(Extracted records)
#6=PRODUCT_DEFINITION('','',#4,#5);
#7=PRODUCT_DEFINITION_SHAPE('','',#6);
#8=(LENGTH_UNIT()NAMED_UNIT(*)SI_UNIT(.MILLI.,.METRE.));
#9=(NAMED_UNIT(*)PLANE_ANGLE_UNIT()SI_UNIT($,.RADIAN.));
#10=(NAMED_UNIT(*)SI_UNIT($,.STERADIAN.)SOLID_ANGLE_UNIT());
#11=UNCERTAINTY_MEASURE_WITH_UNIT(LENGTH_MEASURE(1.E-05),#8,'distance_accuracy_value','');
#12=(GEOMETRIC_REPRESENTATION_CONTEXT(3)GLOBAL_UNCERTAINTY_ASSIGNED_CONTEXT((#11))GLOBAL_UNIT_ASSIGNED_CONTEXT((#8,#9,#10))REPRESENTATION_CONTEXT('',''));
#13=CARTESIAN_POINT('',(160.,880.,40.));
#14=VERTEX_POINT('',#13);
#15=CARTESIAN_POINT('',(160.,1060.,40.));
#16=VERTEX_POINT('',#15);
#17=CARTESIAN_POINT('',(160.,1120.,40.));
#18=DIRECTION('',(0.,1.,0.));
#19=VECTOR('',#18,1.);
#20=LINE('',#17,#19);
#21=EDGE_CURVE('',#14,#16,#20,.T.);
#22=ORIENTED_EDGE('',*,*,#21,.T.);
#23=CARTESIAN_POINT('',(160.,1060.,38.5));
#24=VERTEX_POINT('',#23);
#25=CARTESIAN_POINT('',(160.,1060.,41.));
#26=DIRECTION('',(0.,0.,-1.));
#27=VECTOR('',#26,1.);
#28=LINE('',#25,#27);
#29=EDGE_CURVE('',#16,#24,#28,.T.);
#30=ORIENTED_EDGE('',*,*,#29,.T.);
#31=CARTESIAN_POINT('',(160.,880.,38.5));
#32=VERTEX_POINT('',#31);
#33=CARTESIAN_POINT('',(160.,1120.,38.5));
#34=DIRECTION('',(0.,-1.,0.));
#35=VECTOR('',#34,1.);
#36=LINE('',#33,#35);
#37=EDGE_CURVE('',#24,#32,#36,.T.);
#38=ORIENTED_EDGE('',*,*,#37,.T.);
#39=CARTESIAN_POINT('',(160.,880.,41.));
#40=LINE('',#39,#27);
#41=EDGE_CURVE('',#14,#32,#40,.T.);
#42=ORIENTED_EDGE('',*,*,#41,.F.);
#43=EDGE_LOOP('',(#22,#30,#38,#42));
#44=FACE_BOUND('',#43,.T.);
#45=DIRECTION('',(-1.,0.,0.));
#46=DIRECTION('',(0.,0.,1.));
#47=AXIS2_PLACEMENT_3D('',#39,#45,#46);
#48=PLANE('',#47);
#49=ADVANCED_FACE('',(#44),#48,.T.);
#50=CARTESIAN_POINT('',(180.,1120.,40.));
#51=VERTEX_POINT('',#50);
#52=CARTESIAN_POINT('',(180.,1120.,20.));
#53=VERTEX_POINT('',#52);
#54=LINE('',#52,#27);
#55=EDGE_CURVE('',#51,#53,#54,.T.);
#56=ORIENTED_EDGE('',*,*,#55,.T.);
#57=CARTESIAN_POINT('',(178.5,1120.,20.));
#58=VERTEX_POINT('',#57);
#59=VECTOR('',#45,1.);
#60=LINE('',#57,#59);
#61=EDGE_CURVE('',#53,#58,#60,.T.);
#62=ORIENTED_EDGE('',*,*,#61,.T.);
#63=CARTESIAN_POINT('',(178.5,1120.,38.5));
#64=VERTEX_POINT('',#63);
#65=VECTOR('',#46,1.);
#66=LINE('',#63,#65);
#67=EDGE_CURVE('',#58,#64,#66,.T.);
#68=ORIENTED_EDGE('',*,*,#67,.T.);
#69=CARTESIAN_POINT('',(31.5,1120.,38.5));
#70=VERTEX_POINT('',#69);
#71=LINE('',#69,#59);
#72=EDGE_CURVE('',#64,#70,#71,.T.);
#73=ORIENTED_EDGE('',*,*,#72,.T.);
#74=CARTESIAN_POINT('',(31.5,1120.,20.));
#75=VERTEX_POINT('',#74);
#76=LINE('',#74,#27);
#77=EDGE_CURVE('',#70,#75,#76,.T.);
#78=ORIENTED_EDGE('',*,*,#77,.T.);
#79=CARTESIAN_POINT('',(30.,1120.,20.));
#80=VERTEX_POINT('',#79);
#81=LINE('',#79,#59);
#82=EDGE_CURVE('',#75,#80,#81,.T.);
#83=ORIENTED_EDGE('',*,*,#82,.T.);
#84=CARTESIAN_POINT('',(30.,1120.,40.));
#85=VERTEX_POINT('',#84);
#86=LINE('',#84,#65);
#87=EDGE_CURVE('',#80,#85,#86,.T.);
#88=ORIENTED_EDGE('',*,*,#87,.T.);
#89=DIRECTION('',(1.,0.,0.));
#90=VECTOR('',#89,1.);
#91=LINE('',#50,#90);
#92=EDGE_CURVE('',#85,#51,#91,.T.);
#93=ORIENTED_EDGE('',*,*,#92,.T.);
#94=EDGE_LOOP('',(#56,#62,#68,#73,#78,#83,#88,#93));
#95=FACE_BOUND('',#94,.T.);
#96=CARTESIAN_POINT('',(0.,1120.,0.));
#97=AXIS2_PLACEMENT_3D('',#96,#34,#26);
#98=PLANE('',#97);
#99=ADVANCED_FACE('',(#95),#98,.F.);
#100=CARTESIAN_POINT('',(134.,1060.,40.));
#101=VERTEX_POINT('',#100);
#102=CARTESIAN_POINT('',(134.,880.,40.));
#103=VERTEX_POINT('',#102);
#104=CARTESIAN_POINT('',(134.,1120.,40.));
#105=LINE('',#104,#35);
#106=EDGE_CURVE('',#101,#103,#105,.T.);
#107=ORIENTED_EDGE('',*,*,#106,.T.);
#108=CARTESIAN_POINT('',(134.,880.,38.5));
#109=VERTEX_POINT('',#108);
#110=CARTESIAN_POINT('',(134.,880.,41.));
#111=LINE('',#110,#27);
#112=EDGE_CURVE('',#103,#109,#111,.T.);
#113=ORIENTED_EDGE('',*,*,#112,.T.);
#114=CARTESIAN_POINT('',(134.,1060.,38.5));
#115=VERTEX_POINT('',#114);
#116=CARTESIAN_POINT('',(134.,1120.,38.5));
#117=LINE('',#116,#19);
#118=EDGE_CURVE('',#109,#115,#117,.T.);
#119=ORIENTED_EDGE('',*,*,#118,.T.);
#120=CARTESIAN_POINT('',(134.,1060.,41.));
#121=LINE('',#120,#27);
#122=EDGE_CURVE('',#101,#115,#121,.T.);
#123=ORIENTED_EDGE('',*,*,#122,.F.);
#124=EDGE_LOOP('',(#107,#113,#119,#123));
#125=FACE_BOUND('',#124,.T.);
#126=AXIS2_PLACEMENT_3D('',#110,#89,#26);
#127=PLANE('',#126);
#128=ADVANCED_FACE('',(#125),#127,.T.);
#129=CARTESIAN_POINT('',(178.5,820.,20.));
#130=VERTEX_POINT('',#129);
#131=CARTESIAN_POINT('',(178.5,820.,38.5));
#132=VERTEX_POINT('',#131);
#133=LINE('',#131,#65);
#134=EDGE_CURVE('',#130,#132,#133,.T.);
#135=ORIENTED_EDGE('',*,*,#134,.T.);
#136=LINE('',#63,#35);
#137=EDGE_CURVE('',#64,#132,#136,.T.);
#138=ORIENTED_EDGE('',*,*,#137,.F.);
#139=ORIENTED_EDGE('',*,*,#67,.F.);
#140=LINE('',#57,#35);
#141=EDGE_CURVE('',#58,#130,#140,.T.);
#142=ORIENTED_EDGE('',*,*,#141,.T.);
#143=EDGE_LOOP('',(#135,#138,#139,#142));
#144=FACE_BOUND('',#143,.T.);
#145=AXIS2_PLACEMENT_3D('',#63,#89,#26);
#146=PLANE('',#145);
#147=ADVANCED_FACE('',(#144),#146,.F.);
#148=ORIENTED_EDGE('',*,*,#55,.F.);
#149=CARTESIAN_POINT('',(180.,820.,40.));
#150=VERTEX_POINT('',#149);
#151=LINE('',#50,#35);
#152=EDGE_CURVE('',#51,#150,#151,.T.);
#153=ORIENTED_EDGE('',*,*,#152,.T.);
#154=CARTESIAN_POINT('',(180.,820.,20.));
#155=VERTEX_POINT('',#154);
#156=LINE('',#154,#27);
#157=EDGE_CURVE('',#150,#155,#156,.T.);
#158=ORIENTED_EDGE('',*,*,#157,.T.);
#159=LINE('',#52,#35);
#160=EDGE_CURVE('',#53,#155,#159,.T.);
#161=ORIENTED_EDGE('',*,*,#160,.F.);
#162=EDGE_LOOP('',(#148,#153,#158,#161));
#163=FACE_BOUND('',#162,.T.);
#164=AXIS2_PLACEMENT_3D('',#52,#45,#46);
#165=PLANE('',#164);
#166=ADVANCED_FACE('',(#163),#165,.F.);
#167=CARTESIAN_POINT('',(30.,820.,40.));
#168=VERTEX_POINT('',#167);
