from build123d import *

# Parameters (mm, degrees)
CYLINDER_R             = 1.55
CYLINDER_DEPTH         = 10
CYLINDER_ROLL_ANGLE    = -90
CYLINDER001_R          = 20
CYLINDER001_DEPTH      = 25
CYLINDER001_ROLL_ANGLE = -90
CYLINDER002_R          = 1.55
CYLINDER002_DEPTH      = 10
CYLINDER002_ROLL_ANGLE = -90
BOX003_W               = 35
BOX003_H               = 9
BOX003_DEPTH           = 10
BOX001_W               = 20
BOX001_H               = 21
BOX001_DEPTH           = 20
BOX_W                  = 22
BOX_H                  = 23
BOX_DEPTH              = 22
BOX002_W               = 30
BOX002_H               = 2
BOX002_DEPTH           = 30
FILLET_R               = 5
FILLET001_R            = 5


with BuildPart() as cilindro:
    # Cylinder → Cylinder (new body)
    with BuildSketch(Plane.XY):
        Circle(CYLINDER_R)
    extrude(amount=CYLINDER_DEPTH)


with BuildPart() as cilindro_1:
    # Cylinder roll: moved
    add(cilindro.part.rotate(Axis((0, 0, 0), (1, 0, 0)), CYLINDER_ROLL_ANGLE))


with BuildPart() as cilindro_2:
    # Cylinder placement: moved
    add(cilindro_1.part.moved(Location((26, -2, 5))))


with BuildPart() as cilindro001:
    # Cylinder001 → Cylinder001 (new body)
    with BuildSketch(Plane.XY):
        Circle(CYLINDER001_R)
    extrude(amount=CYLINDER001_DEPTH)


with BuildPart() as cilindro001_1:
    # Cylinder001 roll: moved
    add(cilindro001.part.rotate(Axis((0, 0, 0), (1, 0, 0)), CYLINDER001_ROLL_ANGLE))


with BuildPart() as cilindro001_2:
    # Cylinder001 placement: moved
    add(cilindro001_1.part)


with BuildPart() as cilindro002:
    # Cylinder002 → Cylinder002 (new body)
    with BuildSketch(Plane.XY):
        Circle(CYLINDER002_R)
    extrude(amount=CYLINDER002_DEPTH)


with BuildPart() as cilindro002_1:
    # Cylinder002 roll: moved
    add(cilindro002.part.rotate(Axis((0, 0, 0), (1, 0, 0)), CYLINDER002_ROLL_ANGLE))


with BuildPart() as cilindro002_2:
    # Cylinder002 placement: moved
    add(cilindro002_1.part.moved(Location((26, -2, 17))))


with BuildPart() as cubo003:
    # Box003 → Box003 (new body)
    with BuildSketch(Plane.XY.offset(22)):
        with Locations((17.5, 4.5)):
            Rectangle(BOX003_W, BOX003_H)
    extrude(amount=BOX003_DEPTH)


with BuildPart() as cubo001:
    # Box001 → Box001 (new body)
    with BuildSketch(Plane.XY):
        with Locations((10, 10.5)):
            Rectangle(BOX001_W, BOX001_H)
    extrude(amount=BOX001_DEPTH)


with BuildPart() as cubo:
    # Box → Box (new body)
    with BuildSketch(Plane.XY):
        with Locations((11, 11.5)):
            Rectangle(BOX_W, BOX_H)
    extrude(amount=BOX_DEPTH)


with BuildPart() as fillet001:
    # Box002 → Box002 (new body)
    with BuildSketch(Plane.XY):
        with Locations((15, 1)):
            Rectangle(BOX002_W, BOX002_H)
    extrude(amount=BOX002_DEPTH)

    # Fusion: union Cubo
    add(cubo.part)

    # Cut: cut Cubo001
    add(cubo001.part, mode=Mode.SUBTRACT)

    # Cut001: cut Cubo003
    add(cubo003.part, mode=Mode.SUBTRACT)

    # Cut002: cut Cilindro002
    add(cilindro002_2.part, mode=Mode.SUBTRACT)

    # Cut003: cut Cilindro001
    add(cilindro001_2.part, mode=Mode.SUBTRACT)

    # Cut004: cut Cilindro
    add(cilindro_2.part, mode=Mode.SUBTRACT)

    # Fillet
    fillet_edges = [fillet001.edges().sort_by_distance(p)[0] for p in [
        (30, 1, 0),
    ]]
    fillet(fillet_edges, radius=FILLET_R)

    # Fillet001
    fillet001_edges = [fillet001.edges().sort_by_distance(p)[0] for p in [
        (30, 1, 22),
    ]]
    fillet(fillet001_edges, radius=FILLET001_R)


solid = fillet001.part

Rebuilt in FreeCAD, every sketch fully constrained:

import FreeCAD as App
import Part
import Sketcher


def edges_at(feature, points):
    """Names of the edges that pass closest to the given points."""
    edges = feature.Shape.Edges
    near = lambda p: min(range(len(edges)), key=lambda i: edges[i].distToShape(Part.Vertex(*p))[0])
    return sorted({f"Edge{near(p) + 1}" for p in points})


def add_polygon(sketch, points):
    """Adds a closed chain of lines whose ends are joined by coincident constraints."""
    first, n = sketch.GeometryCount, len(points)
    for a, b in zip(points, points[1:] + points[:1]):
        sketch.addGeometry(Part.LineSegment(App.Vector(*a, 0), App.Vector(*b, 0)), False)
    for i in range(n):
        sketch.addConstraint(Sketcher.Constraint("Coincident", first + i, 2, first + (i + 1) % n, 1))

doc = App.newDocument("Part")
body = doc.addObject("PartDesign::Body", "Body")

# Sketch on XY plane
sketch1 = body.newObject("Sketcher::SketchObject", "Sketch")
sketch1.AttachmentSupport = (doc.getObject("XY_Plane"), [""])
sketch1.MapMode = "FlatFace"
sketch1.addGeometry(Part.Circle(App.Vector(0, 0, 0), App.Vector(0, 0, 1), 1.55), False)
sketch1.addConstraint(Sketcher.Constraint("Coincident", 0, 3, -1, 1))
sketch1.addConstraint(Sketcher.Constraint("Diameter", 0, 3.1))
pad1 = body.newObject("PartDesign::Pad", "Pad")
pad1.Profile = sketch1
pad1.Length = 10
body2 = doc.addObject("PartDesign::Body", "Body001")
doc.recompute()

body.Placement = App.Placement(App.Vector(0, 0, 0), App.Rotation(App.Vector(1, 0, 0), 270))
boolean = body2.newObject("PartDesign::Boolean", "Boolean")
boolean.Type = "Fuse"
boolean.addObjects([body])
body3 = doc.addObject("PartDesign::Body", "Body002")
doc.recompute()

body2.Placement = App.Placement(App.Vector(26, -2, 5), App.Rotation(App.Vector(0, 0, 1), 0))
boolean2 = body3.newObject("PartDesign::Boolean", "Boolean001")
boolean2.Type = "Fuse"
boolean2.addObjects([body2])
body4 = doc.addObject("PartDesign::Body", "Body003")

# Sketch on XY plane
sketch2 = body4.newObject("Sketcher::SketchObject", "Sketch001")
sketch2.AttachmentSupport = (doc.getObject("XY_Plane003"), [""])
sketch2.MapMode = "FlatFace"
sketch2.addGeometry(Part.Circle(App.Vector(0, 0, 0), App.Vector(0, 0, 1), 20), False)
sketch2.addConstraint(Sketcher.Constraint("Coincident", 0, 3, -1, 1))
sketch2.addConstraint(Sketcher.Constraint("Diameter", 0, 40.0))
pad2 = body4.newObject("PartDesign::Pad", "Pad001")
pad2.Profile = sketch2
pad2.Length = 25
body5 = doc.addObject("PartDesign::Body", "Body004")
doc.recompute()

body4.Placement = App.Placement(App.Vector(0, 0, 0), App.Rotation(App.Vector(1, 0, 0), 270))
boolean3 = body5.newObject("PartDesign::Boolean", "Boolean002")
boolean3.Type = "Fuse"
boolean3.addObjects([body4])
body6 = doc.addObject("PartDesign::Body", "Body005")

# Sketch on XY plane
sketch3 = body6.newObject("Sketcher::SketchObject", "Sketch002")
sketch3.AttachmentSupport = (doc.getObject("XY_Plane005"), [""])
sketch3.MapMode = "FlatFace"
sketch3.addGeometry(Part.Circle(App.Vector(0, 0, 0), App.Vector(0, 0, 1), 1.55), False)
sketch3.addConstraint(Sketcher.Constraint("Coincident", 0, 3, -1, 1))
sketch3.addConstraint(Sketcher.Constraint("Diameter", 0, 3.1))
pad3 = body6.newObject("PartDesign::Pad", "Pad002")
pad3.Profile = sketch3
pad3.Length = 10
body7 = doc.addObject("PartDesign::Body", "Body006")
doc.recompute()

body6.Placement = App.Placement(App.Vector(0, 0, 0), App.Rotation(App.Vector(1, 0, 0), 270))
boolean4 = body7.newObject("PartDesign::Boolean", "Boolean003")
boolean4.Type = "Fuse"
boolean4.addObjects([body6])
body8 = doc.addObject("PartDesign::Body", "Body007")
doc.recompute()

body7.Placement = App.Placement(App.Vector(26, -2, 17), App.Rotation(App.Vector(0, 0, 1), 0))
boolean5 = body8.newObject("PartDesign::Boolean", "Boolean004")
boolean5.Type = "Fuse"
boolean5.addObjects([body7])
body9 = doc.addObject("PartDesign::Body", "Body008")

# Sketch on XY plane
sketch4 = body9.newObject("Sketcher::SketchObject", "Sketch003")
sketch4.AttachmentSupport = (doc.getObject("XY_Plane008"), [""])
sketch4.MapMode = "FlatFace"
sketch4.AttachmentOffset = App.Placement(App.Vector(0, 0, 22), App.Rotation())
add_polygon(sketch4, [(0, 9), (0, 0), (35, 0), (35, 9)])  # lines 0-3
sketch4.addConstraint(Sketcher.Constraint("Vertical", 0))
sketch4.addConstraint(Sketcher.Constraint("Horizontal", 1))
sketch4.addConstraint(Sketcher.Constraint("Vertical", 2))
sketch4.addConstraint(Sketcher.Constraint("Horizontal", 3))
sketch4.addConstraint(Sketcher.Constraint("Coincident", 0, 2, -1, 1))
sketch4.addConstraint(Sketcher.Constraint("DistanceX", 1, 1, 1, 2, 35.0))
sketch4.addConstraint(Sketcher.Constraint("DistanceY", 0, 2, 0, 1, 9.0))
pad4 = body9.newObject("PartDesign::Pad", "Pad003")
pad4.Profile = sketch4
pad4.Length = 10
body10 = doc.addObject("PartDesign::Body", "Body009")

# Sketch on XY plane
sketch5 = body10.newObject("Sketcher::SketchObject", "Sketch004")
sketch5.AttachmentSupport = (doc.getObject("XY_Plane009"), [""])
sketch5.MapMode = "FlatFace"
add_polygon(sketch5, [(0, 21), (0, 0), (20, 0), (20, 21)])  # lines 0-3
sketch5.addConstraint(Sketcher.Constraint("Vertical", 0))
sketch5.addConstraint(Sketcher.Constraint("Horizontal", 1))
sketch5.addConstraint(Sketcher.Constraint("Vertical", 2))
sketch5.addConstraint(Sketcher.Constraint("Horizontal", 3))
sketch5.addConstraint(Sketcher.Constraint("Coincident", 0, 2, -1, 1))
sketch5.addConstraint(Sketcher.Constraint("DistanceX", 1, 1, 1, 2, 20.0))
sketch5.addConstraint(Sketcher.Constraint("DistanceY", 0, 2, 0, 1, 21.0))
pad5 = body10.newObject("PartDesign::Pad", "Pad004")
pad5.Profile = sketch5
pad5.Length = 20
body11 = doc.addObject("PartDesign::Body", "Body010")

# Sketch on XY plane
sketch6 = body11.newObject("Sketcher::SketchObject", "Sketch005")
sketch6.AttachmentSupport = (doc.getObject("XY_Plane010"), [""])
sketch6.MapMode = "FlatFace"
add_polygon(sketch6, [(0, 23), (0, 0), (22, 0), (22, 23)])  # lines 0-3
sketch6.addConstraint(Sketcher.Constraint("Vertical", 0))
sketch6.addConstraint(Sketcher.Constraint("Horizontal", 1))
sketch6.addConstraint(Sketcher.Constraint("Vertical", 2))
sketch6.addConstraint(Sketcher.Constraint("Horizontal", 3))
sketch6.addConstraint(Sketcher.Constraint("Coincident", 0, 2, -1, 1))
sketch6.addConstraint(Sketcher.Constraint("DistanceX", 1, 1, 1, 2, 22.0))
sketch6.addConstraint(Sketcher.Constraint("DistanceY", 0, 2, 0, 1, 23.0))
pad6 = body11.newObject("PartDesign::Pad", "Pad005")
pad6.Profile = sketch6
pad6.Length = 22
body12 = doc.addObject("PartDesign::Body", "Body011")

# Sketch on XY plane
sketch7 = body12.newObject("Sketcher::SketchObject", "Sketch006")
sketch7.AttachmentSupport = (doc.getObject("XY_Plane011"), [""])
sketch7.MapMode = "FlatFace"
add_polygon(sketch7, [(0, 2), (0, 0), (30, 0), (30, 2)])  # lines 0-3
sketch7.addConstraint(Sketcher.Constraint("Vertical", 0))
sketch7.addConstraint(Sketcher.Constraint("Horizontal", 1))
sketch7.addConstraint(Sketcher.Constraint("Vertical", 2))
sketch7.addConstraint(Sketcher.Constraint("Horizontal", 3))
sketch7.addConstraint(Sketcher.Constraint("Coincident", 0, 2, -1, 1))
sketch7.addConstraint(Sketcher.Constraint("DistanceX", 1, 1, 1, 2, 30.0))
sketch7.addConstraint(Sketcher.Constraint("DistanceY", 0, 2, 0, 1, 2.0))
pad7 = body12.newObject("PartDesign::Pad", "Pad006")
pad7.Profile = sketch7
pad7.Length = 30
doc.recompute()

boolean6 = body12.newObject("PartDesign::Boolean", "Boolean005")
boolean6.Type = "Fuse"
boolean6.addObjects([body11])
doc.recompute()

boolean7 = body12.newObject("PartDesign::Boolean", "Boolean006")
boolean7.Type = "Cut"
boolean7.addObjects([body10])
doc.recompute()

boolean8 = body12.newObject("PartDesign::Boolean", "Boolean007")
boolean8.Type = "Cut"
boolean8.addObjects([body9])
doc.recompute()

boolean9 = body12.newObject("PartDesign::Boolean", "Boolean008")
boolean9.Type = "Cut"
boolean9.addObjects([body8])
doc.recompute()

boolean10 = body12.newObject("PartDesign::Boolean", "Boolean009")
boolean10.Type = "Cut"
boolean10.addObjects([body5])
doc.recompute()

boolean11 = body12.newObject("PartDesign::Boolean", "Boolean010")
boolean11.Type = "Cut"
boolean11.addObjects([body3])
doc.recompute()

fillet = body12.newObject("PartDesign::Fillet", "Fillet")
fillet.Base = (boolean11, edges_at(boolean11, [(30, 1, 0)]))
fillet.Radius = 5
doc.recompute()

fillet2 = body12.newObject("PartDesign::Fillet", "Fillet001")
fillet2.Base = (fillet, edges_at(fillet, [(30, 1, 22)]))
fillet2.Radius = 5

doc.recompute()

→ **WORK REQUEST**
Of the lines above, output exactly those from the line bearing "#120=CARTESIAN_POINT('',(134.,1060.,41.));" through the line bearing "#146=PLANE('',#145);", inclusive.

→ **OUTPUT FOR THIS EXERCISE**
#120=CARTESIAN_POINT('',(134.,1060.,41.));
#121=LINE('',#120,#27);
#122=EDGE_CURVE('',#101,#115,#121,.T.);
#123=ORIENTED_EDGE('',*,*,#122,.F.);
#124=EDGE_LOOP('',(#107,#113,#119,#123));
#125=FACE_BOUND('',#124,.T.);
#126=AXIS2_PLACEMENT_3D('',#110,#89,#26);
#127=PLANE('',#126);
#128=ADVANCED_FACE('',(#125),#127,.T.);
#129=CARTESIAN_POINT('',(178.5,820.,20.));
#130=VERTEX_POINT('',#129);
#131=CARTESIAN_POINT('',(178.5,820.,38.5));
#132=VERTEX_POINT('',#131);
#133=LINE('',#131,#65);
#134=EDGE_CURVE('',#130,#132,#133,.T.);
#135=ORIENTED_EDGE('',*,*,#134,.T.);
#136=LINE('',#63,#35);
#137=EDGE_CURVE('',#64,#132,#136,.T.);
#138=ORIENTED_EDGE('',*,*,#137,.F.);
#139=ORIENTED_EDGE('',*,*,#67,.F.);
#140=LINE('',#57,#35);
#141=EDGE_CURVE('',#58,#130,#140,.T.);
#142=ORIENTED_EDGE('',*,*,#141,.T.);
#143=EDGE_LOOP('',(#135,#138,#139,#142));
#144=FACE_BOUND('',#143,.T.);
#145=AXIS2_PLACEMENT_3D('',#63,#89,#26);
#146=PLANE('',#145);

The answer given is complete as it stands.